Task brief |
Copy the lines below exactly. Start at the first and finish with the line containing "v 26.777 -39.681 0".

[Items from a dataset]
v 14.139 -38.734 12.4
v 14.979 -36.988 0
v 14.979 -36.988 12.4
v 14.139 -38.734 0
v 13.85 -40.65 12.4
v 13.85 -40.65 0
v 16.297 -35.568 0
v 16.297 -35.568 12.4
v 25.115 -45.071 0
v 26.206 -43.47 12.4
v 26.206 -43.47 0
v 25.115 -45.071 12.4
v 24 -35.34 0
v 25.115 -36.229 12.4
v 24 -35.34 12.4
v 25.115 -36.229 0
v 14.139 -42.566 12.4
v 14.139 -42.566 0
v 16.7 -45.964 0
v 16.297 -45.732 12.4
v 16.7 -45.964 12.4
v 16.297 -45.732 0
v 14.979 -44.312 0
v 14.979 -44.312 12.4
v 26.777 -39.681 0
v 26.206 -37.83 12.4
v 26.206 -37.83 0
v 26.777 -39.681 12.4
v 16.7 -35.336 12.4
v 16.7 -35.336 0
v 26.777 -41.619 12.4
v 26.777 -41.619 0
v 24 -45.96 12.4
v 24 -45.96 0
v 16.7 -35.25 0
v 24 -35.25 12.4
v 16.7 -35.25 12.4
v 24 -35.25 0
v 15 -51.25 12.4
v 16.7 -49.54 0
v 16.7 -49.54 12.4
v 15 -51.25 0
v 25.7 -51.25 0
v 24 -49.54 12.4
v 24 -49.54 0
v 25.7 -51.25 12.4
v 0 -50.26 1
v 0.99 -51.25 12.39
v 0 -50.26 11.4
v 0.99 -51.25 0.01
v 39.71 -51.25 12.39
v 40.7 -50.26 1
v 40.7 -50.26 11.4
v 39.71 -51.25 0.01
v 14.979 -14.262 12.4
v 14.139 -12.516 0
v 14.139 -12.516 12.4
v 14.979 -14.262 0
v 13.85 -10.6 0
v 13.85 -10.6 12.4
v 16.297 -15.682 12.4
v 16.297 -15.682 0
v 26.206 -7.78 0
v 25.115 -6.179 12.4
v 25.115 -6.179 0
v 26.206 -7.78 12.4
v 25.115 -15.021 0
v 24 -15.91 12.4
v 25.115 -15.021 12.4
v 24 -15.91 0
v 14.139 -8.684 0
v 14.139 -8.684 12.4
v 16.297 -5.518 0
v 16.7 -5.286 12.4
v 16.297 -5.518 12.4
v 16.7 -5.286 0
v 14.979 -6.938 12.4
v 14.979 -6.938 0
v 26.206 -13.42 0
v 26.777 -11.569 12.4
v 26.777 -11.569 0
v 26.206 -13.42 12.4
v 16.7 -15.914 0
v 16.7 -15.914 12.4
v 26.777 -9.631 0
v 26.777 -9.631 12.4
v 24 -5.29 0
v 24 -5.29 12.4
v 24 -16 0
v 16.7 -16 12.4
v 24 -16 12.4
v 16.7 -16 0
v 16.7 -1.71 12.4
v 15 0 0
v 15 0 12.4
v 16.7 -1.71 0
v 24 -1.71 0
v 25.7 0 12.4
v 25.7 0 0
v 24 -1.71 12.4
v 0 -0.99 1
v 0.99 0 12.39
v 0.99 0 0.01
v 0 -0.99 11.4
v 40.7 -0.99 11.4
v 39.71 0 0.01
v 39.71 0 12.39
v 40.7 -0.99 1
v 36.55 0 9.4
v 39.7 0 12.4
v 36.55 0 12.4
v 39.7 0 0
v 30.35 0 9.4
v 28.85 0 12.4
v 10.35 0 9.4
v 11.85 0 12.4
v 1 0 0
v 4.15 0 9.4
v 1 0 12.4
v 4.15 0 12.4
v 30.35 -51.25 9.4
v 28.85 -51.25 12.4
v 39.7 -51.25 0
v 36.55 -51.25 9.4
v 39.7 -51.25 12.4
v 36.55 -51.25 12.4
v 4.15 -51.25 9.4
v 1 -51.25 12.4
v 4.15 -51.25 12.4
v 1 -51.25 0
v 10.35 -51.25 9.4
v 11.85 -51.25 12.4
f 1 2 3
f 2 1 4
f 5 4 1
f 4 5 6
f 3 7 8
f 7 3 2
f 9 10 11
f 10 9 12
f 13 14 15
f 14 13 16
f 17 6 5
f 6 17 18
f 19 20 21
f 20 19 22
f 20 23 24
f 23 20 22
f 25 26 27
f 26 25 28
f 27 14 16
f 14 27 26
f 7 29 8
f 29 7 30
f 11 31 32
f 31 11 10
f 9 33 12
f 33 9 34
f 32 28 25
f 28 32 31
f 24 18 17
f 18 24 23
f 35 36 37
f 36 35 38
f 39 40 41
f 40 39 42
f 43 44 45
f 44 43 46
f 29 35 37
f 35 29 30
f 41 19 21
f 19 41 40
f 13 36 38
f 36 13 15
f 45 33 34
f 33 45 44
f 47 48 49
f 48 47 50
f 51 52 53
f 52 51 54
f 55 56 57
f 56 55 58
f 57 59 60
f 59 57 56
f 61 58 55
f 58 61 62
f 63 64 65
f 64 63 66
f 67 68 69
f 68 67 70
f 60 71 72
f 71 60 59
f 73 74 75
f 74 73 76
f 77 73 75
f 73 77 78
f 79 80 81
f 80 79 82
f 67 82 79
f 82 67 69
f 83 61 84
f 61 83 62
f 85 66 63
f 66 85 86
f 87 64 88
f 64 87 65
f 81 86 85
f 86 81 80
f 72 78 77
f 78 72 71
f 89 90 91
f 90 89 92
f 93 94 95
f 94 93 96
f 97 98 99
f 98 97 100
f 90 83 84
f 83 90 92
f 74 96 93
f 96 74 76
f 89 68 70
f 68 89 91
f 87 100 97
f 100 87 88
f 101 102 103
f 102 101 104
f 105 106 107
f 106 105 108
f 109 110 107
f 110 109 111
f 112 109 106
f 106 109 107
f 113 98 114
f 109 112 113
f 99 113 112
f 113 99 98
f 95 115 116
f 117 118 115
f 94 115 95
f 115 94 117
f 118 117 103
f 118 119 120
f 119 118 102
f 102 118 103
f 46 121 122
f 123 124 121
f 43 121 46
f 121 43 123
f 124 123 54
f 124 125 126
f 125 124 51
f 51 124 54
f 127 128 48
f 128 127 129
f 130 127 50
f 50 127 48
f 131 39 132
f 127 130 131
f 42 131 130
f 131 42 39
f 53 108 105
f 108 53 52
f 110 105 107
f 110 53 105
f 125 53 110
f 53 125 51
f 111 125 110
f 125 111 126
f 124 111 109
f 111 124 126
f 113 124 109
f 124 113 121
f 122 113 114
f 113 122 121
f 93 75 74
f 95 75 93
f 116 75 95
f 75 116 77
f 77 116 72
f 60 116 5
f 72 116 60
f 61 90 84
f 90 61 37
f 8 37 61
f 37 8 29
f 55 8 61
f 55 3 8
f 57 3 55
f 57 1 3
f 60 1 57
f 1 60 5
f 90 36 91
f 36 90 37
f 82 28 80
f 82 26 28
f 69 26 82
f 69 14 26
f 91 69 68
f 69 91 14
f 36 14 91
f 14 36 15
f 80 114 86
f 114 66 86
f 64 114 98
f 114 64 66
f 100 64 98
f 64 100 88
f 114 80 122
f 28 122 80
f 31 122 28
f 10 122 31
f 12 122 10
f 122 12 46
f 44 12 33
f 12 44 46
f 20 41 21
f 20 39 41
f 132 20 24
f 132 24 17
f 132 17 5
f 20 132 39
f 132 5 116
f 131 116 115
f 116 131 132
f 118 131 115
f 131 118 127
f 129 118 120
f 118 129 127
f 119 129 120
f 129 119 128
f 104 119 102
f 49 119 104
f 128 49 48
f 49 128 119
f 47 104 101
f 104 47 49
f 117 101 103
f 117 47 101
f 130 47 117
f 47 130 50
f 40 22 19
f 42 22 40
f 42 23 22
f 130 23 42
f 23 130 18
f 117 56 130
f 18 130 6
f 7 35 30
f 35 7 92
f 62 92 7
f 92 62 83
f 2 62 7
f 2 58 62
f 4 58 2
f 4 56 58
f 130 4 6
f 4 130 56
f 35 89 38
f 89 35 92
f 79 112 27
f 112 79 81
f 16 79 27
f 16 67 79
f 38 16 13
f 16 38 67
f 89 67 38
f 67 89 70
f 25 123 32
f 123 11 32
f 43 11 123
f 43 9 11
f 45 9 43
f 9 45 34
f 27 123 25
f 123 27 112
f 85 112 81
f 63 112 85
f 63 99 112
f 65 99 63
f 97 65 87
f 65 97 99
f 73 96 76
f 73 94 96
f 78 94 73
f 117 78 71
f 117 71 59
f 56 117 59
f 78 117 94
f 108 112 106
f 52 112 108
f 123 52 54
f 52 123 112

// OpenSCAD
WIDTH=40.7;
HEIGHT=12.4;
LENGTH=205;
BEVEL=1;
TRACK_WIDTH=6.2;
TRACK_HEIGHT=3;
TRACK_DIST=20;
TRACK_CHAMFER = 1.5;

BRIDGE_HEIGHT=64;
BRIDGE_R1=214;
BRIDGE_R2=220;

CONN_WIDTH=7.3;
CONN_R=6.5;
CONN_BEVEL=1.7;
CONN_DEPTH=16;

ROUND_R=189;

SUPPORT_SIDE=7.2;
SUPPORT_THICK=33;
SUPPORT_WIDTH=WIDTH+1+2*SUPPORT_SIDE;

TUNNEL_R=28.5;
TUNNEL_H=65;
TUNNEL_LEN=135;
TUNNEL_THICK=2.1;
TUNNEL_SIDE_W=4.3;

CONN_LEN=31.6;
CONN_HEIGHT=11.5;

CONN_MALE_R=6;
CONN_MALE_W=6.5;
CONN_MALE_HOLE_Y=6.8;
CONN_MALE_HOLE_Z=6.4;
CONN_MALE_RIM=1;
CONN_MALE_PROTRUDE=0.75;
CONN_MALE_PROTRUDE_R=1.5;

CONN_FEMALE_R=5.6;
CONN_FEMALE_PROTRUDE_R=1.2;
CONN_FEMALE_THICK=1.6;
CONN_FEMALE_BRIDGE_L=6.5;
CONN_FEMALE_BRIDGE_W1=3.5;
CONN_FEMALE_BRIDGE_W2=4.5;
CONN_FEMALE_BRIDGE_RIM=CONN_FEMALE_BRIDGE_W2-CONN_FEMALE_BRIDGE_W1;
CONN_FEMALE_THICK=1.7;

module track_single() {
     //square([TRACK_WIDTH,TRACK_HEIGHT]);
     polygon(points=[[0,0],[TRACK_WIDTH,0],[TRACK_WIDTH+TRACK_CHAMFER,TRACK_HEIGHT],[0,TRACK_HEIGHT]]);
}

module track() {
    translate([WIDTH/2-TRACK_WIDTH-TRACK_DIST/2,HEIGHT-TRACK_HEIGHT,0])
	 track_single();

//translate([WIDTH/2-TRACK_WIDTH-TRACK_DIST/2,HEIGHT-TRACK_HEIGHT,0])
    #mirror([1,0,0]) translate([-WIDTH/2-TRACK_WIDTH-TRACK_DIST/2,HEIGHT-TRACK_HEIGHT,0])
	 track_single();
    
    /* translate([WIDTH/2+TRACK_DIST/2,HEIGHT-TRACK_HEIGHT,0]) */
    /*     track_single(); */
}

module body() {
     difference() {
        polygon(points=[[BEVEL,0],[WIDTH-BEVEL,0],[WIDTH,BEVEL],[WIDTH,HEIGHT-BEVEL],[WIDTH-BEVEL,HEIGHT],[BEVEL,HEIGHT],[0,HEIGHT-BEVEL],[0,BEVEL]]);
        translate([0,0,0.01])
            track();
    }
}

module brio_curved(r, parts) {
    translate([0,-r,0])
    difference() {
        rotate([0,0,-360/parts])
        difference() {
            rotate_extrude(convexity = 10, $fn=200)
            translate([r, 0, 0])
            difference() {
                body();
                translate([0,-HEIGHT+TRACK_HEIGHT,0])
                track();
            }
            translate([0,-500,-500])
            cube([1000,1000,1000]);
            translate([0,r+WIDTH/2,5*HEIGHT])
            mirror([1,0,0])
            rotate([90,0,0])
            connector();
        }

        translate([0,r+WIDTH/2,5*HEIGHT])
        rotate([90,0,0])
        connector();
        translate([-1000,-500,-500])
        cube([1000,1000,1000]);
    }
}

module round_quart() {
    intersection() {
        translate([0,0,WIDTH])
        rotate_extrude(convexity = 10, $fn = 200)
            translate([BRIDGE_R1, 0, 0])
            rotate([0,0,-90])
translate([0,-HEIGHT,0])
                body();

        cube([1000,1000,1000]);
    }
}

module round_quart_2() {
    intersection() {
        translate([0,0,WIDTH])
        rotate_extrude(convexity = 10, $fn = 200)
            translate([BRIDGE_R2, 0, 0])
            rotate([0,0,-90])
                mirror([0,1,0])
translate([0,-HEIGHT,0])
                body();

            cube([1000,1000,1000]);
    }
}


module curved_track() {
    intersection() {
        translate([0,-BRIDGE_R1+BRIDGE_HEIGHT,0])
        round_quart();
        cube([LENGTH/2,BRIDGE_HEIGHT,WIDTH]);
    }

    intersection() {
        translate([LENGTH,BRIDGE_R2+HEIGHT,0])
        mirror([1,1,0])
        round_quart_2();
        translate([LENGTH/2,0,0])
        cube([LENGTH/2,BRIDGE_HEIGHT,WIDTH]);
    } 
}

Solution for this problem |
v 14.139 -38.734 12.4
v 14.979 -36.988 0
v 14.979 -36.988 12.4
v 14.139 -38.734 0
v 13.85 -40.65 12.4
v 13.85 -40.65 0
v 16.297 -35.568 0
v 16.297 -35.568 12.4
v 25.115 -45.071 0
v 26.206 -43.47 12.4
v 26.206 -43.47 0
v 25.115 -45.071 12.4
v 24 -35.34 0
v 25.115 -36.229 12.4
v 24 -35.34 12.4
v 25.115 -36.229 0
v 14.139 -42.566 12.4
v 14.139 -42.566 0
v 16.7 -45.964 0
v 16.297 -45.732 12.4
v 16.7 -45.964 12.4
v 16.297 -45.732 0
v 14.979 -44.312 0
v 14.979 -44.312 12.4
v 26.777 -39.681 0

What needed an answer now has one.